Где хранился бредовой этот образ, который поразил детское сердце Абеля? В Квебеке? На берегах Шодьер? Нет, в Сагене… Дядя привез его из Франции, тот самый дядя Эли Жоликер, которому было написано на роду, что его придавит кленом. Дядя, бывший солдат, когда-то давно вырезал эту репродукцию из специального номера «Иллюстрасьон». Имя художника — Брейгель Адский, сюжет, название картины — Марго Исступленная, по-фламандски — Dulle Griete, олицетворенная легенда, огромный вихляющийся скелет, сеющий смерть. Аллегорическое это изображение в общем нравилось канадцу, привыкшему мыслить образами и изъясняться притчами. В доме у Жоликеров ее звали Маргарита. Мамочка Жоликер не любила эту бесноватую. Мамочка уже не задавалась вопросом, что она делает, почему она вечно размахивает мечом при рассеянном свете факелов. Это была прихоть дядюшки, только и всего. Дядюшка был со странностями. Странности эти стали особенно заметны после того как он вернулся с фронта. Как бы то ни было, в столовой такая картинка была ни к чему. Марго заворожила Абеля. Смысл этой картины он постиг только теперь, и теперь в пристрастии к ней дядюшки он усматривал нечто библейское, возводившее дядюшку на степень ветхозаветного пророка.
— Орадур… — бубнил Вотье.
На глазах у Абеля интенданты скупали мертвых, Жак умирал возле грузовика под перебранку столкнувшихся начальственных самолюбий, так и не упросив, чтобы его пристрелили из сострадания.

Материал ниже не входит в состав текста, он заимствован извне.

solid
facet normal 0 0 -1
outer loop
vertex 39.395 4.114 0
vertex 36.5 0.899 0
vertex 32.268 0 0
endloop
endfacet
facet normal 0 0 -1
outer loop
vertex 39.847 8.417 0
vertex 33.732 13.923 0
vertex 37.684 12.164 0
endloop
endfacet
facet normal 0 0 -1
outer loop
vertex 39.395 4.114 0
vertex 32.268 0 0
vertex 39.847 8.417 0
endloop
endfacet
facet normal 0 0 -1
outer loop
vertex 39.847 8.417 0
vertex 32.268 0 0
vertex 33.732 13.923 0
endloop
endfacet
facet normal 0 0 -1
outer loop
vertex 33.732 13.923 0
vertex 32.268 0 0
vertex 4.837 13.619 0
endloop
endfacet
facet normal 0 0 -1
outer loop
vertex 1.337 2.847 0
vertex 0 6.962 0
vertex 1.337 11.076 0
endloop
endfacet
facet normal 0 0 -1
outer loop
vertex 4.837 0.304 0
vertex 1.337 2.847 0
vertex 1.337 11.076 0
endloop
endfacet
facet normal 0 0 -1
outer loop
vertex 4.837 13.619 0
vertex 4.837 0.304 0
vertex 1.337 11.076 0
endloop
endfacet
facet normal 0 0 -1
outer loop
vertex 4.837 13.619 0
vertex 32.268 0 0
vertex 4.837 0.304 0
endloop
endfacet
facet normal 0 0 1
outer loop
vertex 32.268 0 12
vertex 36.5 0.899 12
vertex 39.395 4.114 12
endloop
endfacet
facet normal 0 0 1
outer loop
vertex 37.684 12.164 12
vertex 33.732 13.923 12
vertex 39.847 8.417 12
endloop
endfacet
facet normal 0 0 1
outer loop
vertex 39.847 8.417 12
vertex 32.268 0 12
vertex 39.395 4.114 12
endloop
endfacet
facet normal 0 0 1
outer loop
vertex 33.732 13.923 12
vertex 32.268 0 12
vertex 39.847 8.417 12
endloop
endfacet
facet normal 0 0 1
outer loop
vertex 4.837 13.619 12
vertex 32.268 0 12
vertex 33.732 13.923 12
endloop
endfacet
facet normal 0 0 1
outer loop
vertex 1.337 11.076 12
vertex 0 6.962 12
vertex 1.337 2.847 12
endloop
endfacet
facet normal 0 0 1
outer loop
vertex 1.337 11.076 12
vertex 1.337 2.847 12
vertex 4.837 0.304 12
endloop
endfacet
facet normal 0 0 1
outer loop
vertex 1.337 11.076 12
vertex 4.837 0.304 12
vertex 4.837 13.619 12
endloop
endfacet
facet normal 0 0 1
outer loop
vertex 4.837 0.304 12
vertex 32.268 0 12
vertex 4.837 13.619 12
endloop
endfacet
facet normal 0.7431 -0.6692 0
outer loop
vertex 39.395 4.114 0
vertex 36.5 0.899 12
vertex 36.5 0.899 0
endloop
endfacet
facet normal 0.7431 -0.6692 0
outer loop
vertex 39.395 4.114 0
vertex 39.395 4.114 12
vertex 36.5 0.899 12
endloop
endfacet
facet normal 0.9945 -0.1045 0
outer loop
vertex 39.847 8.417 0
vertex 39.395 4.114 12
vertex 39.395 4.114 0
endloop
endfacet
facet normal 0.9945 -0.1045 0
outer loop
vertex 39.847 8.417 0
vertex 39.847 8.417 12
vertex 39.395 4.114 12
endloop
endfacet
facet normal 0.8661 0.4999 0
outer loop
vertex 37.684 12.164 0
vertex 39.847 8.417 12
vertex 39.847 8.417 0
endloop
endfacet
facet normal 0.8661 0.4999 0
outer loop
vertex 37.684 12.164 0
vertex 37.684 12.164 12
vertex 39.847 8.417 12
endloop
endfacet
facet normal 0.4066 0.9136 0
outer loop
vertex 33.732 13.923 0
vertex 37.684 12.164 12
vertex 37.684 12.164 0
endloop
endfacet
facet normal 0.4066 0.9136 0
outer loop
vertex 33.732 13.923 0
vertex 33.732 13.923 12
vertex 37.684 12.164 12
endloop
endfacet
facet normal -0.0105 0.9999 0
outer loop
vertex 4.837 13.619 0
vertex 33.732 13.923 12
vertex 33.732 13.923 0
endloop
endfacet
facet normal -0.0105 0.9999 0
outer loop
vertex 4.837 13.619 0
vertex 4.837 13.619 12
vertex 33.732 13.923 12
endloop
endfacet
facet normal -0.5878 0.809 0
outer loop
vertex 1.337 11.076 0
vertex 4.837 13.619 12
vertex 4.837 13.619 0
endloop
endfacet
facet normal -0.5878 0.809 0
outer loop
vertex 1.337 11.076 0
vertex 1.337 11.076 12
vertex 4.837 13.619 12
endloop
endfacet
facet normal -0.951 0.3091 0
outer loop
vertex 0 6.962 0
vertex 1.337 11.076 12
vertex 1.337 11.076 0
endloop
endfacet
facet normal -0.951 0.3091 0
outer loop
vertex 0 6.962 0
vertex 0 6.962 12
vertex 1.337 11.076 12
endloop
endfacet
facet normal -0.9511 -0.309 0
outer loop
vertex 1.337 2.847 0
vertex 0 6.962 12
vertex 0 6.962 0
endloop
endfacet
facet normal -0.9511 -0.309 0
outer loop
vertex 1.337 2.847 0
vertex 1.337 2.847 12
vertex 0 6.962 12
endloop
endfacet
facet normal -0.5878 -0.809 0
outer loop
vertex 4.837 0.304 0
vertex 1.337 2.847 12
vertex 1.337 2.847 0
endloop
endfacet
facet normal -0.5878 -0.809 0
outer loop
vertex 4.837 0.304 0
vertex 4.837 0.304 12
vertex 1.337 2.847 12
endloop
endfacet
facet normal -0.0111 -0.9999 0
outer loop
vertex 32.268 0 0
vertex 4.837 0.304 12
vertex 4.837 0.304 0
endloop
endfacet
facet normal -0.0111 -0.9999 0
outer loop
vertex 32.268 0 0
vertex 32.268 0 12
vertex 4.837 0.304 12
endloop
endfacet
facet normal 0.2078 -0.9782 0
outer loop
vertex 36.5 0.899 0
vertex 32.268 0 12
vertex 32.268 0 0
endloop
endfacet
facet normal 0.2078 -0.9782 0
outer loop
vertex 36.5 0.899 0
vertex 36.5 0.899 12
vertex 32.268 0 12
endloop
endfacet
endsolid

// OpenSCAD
$fn = 32;

// ----------------------------------------------------------------------
// Key bar: parallel key, 12 mm thick
// ----------------------------------------------------------------------

// --- parameters (mm) ---
profile_height = 12;      // extrusion height
profile_points = 11;      // points of the closed outline

profile = [[0, 6.962], [1.337, 2.847], [4.837, 0.304], [32.268, 0], [36.5, 0.899], [39.395, 4.114], [39.847, 8.417], [37.684, 12.164], [33.732, 13.923], [4.837, 13.619], [1.337, 11.076]];  // single closed polygon, 11 points, counter clockwise

// --- the one profile operation ---
linear_extrude(height = profile_height) polygon(points = profile);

— Позвольте задать вам один вопрос, господин Вотье. Во время оккупации вы, наверно, навидались всяких ужасов?
— Еще бы!
— Отлично. Ну, а если снова?
— Простите?
— Если снова? Я хочу сказать…
Абель выдавливал из себя слова; ему было неловко.
— …если опять на ваших друзей будут доносить, если их будут пытать, ссылать, расстреливать?
— Все равно!
— Без колебаний?
— Без.
— Хотя бы потом вот это?
Абель показал ему газеты. За последние дни они превзошли себя!
— Ну, конечно, — подтвердил Вотье.
— И Алжир?
— Да.
— И де Голль у власти?
— Даже и это.
— И то, что ваши боевые друзья бегут с поля боя или голосуют за генерала?
— Ну, это как сказать! Никогда не нужно обобщать. А вы как раз обобщаете! И тем не менее — да. Ну да, конечно! Я бы все-таки… я бы все-таки… я бы все-таки действовал так же.
Под жгучим взглядом Абеля Последний внезапно оробел и спрятал под стол свою руку обрубок.
Содержатель гаража Блондель, у которого было бы безоблачно веселое выражение лица, если б он не ощущал всей тяжести забот, которыми его окружала кокетливая супруга, выливавшая на мужа целые флаконы одеколона, садился напротив судебного исполнителя Фонтена. Время шло, а может быть, и не шло. Мири Франс посмеивалась, тряся дебелыми телесами: «Экие трепачи! Экие трепачи!» Король Жауэн приходил сюда разливаться соловьем к семи часам. Однажды, в восторге от того, что напал на нового слушателя, он начал рассказывать ему о своем ремесле со всем благородным пылом человека, рассуждающего о любимом деле.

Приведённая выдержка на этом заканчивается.